When standardizing the amount of bone in midshaft cross sections by squared humeral length (sCA: Table S4), the range of observed Humerus III values tends to fall above sCA of KNM-ER 1808. The same trend is evident when substituting sCA of the more distal cross section of Humerus III (Table S3). By comparison, ranges of estimated Humerus II sCAs from the midshaft (Table S5) and the more distal cross section (Table S3) fall well above those of either of the other H. erectus humeri (Tables S3–S5). A comparison of CAs standardized to average body mass estimates largely supports the same trend where Humerus II (4.25) exceeds the values exhibited by other H. erectus humeri: Humerus III (3.12) and KNM-ER 1808 (3.27) (Tables 1 and 2). With few exceptions, and irrespective of the estimated lengths used as scaling factors in the present study, estimated sCAs of the Humerus II midshaft fit comfortably within the upper half of observed sCA ranges for left humeri of Late Pleistocene hominins (i.e., between observed group means and maximum values) (Table S5), while observed sCAs of the Humerus III midshaft tend to fall within the lower half of the observed sCA ranges for right humeri of Late Pleistocene hominins (i.e., between observed group means and minimum values) (Table S4). The observed sCA for the KNM-ER 1808 cross section, on the other hand, falls below the observed midshaft values of both right and left Tianyuan I humeri, as well as in the lower half of the observed sCA ranges for right humeral midshafts of all other hominin groups in the study. In other words, despite the comparatively high %CA demonstrated by KNM-ER 1808 (i.e., its relatively high cortical thickness), its rather long estimated length of 350 mm (Ruff, 2008), which falls in the upper end of the range of humeral lengths for the entire comparative sample analyzed in the present study, results in relatively lower amounts of length-standardized compressive rigidity compared to the Zhoukoudian humeri.
|ZKD Humerus III||53.6||307.4||0.362||0.201||0.035||0.025||0.562||0.053|
|Middle Paleolithic Modern Human (n = 2)||Mean||0.339||0.282||–||–||0.682||–|
|Neanderthal (n = 8 for sTA, sCA, sImax, and sImin, n = 9 for sJ)||Mean||0.420||0.244||–||–||0.682||–|
|Early Upper Paleolithic Modern Human (n = 7 for sTA and sCA, n = 13 for sImax, sImin, and sJ)||Mean||0.402||0.266||0.668||–|
|East Eurasian Late Upper Paleolithic Modern Human (n = 7)||Mean||0.414||0.217||0.631||–|
Are East Asian and African H. erectus humeral diaphyses similar in relative rigidity and strength?

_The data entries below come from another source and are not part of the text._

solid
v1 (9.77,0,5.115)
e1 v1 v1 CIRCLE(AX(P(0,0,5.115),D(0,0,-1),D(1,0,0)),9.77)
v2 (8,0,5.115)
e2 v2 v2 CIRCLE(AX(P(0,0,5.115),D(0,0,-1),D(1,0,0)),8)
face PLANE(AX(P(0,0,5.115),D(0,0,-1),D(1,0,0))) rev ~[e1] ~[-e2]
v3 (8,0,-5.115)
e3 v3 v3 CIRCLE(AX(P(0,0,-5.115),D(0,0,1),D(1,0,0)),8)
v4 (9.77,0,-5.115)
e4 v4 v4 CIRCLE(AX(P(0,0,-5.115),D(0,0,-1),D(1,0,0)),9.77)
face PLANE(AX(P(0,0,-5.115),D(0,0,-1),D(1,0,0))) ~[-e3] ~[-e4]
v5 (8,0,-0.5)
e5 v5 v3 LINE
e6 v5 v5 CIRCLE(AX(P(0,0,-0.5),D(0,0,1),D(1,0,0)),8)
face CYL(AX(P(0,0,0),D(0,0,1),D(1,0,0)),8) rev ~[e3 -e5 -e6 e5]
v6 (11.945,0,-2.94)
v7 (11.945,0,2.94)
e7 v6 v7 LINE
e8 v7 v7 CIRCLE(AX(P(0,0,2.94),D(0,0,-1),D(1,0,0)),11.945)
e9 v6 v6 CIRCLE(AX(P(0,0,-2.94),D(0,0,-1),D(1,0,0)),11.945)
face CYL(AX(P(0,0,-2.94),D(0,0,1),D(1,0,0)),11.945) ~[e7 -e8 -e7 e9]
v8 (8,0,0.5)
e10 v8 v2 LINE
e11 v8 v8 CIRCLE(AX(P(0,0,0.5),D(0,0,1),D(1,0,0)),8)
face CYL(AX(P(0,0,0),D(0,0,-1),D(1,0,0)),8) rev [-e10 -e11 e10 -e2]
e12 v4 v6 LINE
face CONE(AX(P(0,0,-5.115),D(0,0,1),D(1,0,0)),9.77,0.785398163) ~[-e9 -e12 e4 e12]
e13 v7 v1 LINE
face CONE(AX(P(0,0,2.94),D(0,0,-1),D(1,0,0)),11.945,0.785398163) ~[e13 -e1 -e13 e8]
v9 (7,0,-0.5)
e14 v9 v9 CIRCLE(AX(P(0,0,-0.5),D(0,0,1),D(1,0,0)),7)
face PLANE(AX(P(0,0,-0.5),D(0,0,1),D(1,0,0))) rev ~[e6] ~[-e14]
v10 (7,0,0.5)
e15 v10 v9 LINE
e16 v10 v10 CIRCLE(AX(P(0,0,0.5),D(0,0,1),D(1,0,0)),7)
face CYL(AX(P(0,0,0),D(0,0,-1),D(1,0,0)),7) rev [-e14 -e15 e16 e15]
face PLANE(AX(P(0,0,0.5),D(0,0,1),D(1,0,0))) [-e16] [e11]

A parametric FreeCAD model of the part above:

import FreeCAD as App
import Part
import Sketcher

V = App.Vector


def add_polygon(sketch, points):
    """Adds a closed chain of lines whose ends are joined by coincident constraints."""
    first, n = sketch.GeometryCount, len(points)
    for a, b in zip(points, points[1:] + points[:1]):
        sketch.addGeometry(Part.LineSegment(App.Vector(*a, 0), App.Vector(*b, 0)), False)
    for i in range(n):
        sketch.addConstraint(Sketcher.Constraint("Coincident", first + i, 2, first + (i + 1) % n, 1))

doc = App.newDocument("Part")
body = doc.addObject("PartDesign::Body", "Body")

sketch1 = body.newObject("Sketcher::SketchObject", "Sketch")
sketch1.AttachmentSupport = (doc.getObject("XZ_Plane"), [""])
sketch1.MapMode = "FlatFace"
add_polygon(sketch1, [(9.8, 5.1), (0, 5.1), (0, -5.1), (9.8, -5.1), (11.9, -2.9), (11.9, 2.9)])
sketch1.addConstraint(Sketcher.Constraint("Horizontal", 0))
sketch1.addConstraint(Sketcher.Constraint("Vertical", 1))
sketch1.addConstraint(Sketcher.Constraint("Horizontal", 2))
sketch1.addConstraint(Sketcher.Constraint("Vertical", 4))
sketch1.addConstraint(Sketcher.Constraint("Symmetric", 0, 2, 1, 2, -1, 1))
sketch1.addConstraint(Sketcher.Constraint("Perpendicular", 3, 5))
sketch1.addConstraint(Sketcher.Constraint("Vertical", 2, 2, 5, 2))
sketch1.addConstraint(Sketcher.Constraint("Equal", 3, 5))
sketch1.addConstraint(Sketcher.Constraint("DistanceX", 0, 2, 0, 1, 9.77))
sketch1.addConstraint(Sketcher.Constraint("DistanceY", 1, 2, 1, 1, 10.23))
sketch1.addConstraint(Sketcher.Constraint("DistanceY", 4, 1, 4, 2, 5.88))
revolution = body.newObject("PartDesign::Revolution", "Revolution")
revolution.Profile = sketch1
revolution.ReferenceAxis = (sketch1, ["V_Axis"])
revolution.Angle = 360

sketch2 = body.newObject("Sketcher::SketchObject", "Sketch001")
sketch2.AttachmentSupport = (doc.getObject("XY_Plane"), [""])
sketch2.MapMode = "FlatFace"
sketch2.addGeometry(Part.Circle(V(0, 0, 0), V(0, 0, 1), 8), False)
sketch2.addConstraint(Sketcher.Constraint("Coincident", 0, 3, -1, 1))
sketch2.addConstraint(Sketcher.Constraint("Diameter", 0, 16.0))
pocket1 = body.newObject("PartDesign::Pocket", "Pocket")
pocket1.Profile = sketch2
pocket1.Type = "ThroughAll"
pocket1.Midplane = True

sketch3 = body.newObject("Sketcher::SketchObject", "Sketch002")
sketch3.AttachmentSupport = (doc.getObject("XY_Plane"), [""])
sketch3.MapMode = "FlatFace"
sketch3.addGeometry(Part.Circle(V(0, 0, 0), V(0, 0, 1), 8), False)
sketch3.addGeometry(Part.Circle(V(0, 0, 0), V(0, 0, 1), 7), False)
sketch3.addConstraint(Sketcher.Constraint("Coincident", 0, 3, -1, 1))
sketch3.addConstraint(Sketcher.Constraint("Coincident", 1, 3, -1, 1))
sketch3.addConstraint(Sketcher.Constraint("Diameter", 0, 16.0))
sketch3.addConstraint(Sketcher.Constraint("Diameter", 1, 14.0))
pad1 = body.newObject("PartDesign::Pad", "Pad")
pad1.Profile = sketch3
pad1.Length = 1
pad1.Midplane = True

doc.recompute()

Despite relatively small differences between subperiosteal areas (TA) of Zhoukoudian Humerus II and Humerus III midshafts (<3%: Tables 1 and 2), the observed differences in cortical thickness create about 15% greater unstandardized principal moments of area (Imax and Imin) and polar moments of area (J) in Humerus II (Tables 1 and 2). The latter structural differences dissipate in the more distal cross section (<3%), being offset by a relative increase in subperiosteal area of Humerus III (Fig. 2; Table S3). This variability is noteworthy when comparing all H. erectus humeri. Humerus III, despite exhibiting markedly less cortical thickness than the humerus of KNM-ER 1808, still exhibits higher absolute Imax, J, and Zmax than KNM-ER 1808 (Table 1 and Table S3). This indicates that Humerus III, despite its lower cortical thickness, retains comparatively more absolute rigidity or strength than the humerus of KNM-ER 1808 largely because of its relative expansion in external (subperiosteal) contour. Humerus II, by comparison, exhibits comparatively greater absolute rigidity or strength both because of its cortical thickness and its expanded external (subperiosteal) contour.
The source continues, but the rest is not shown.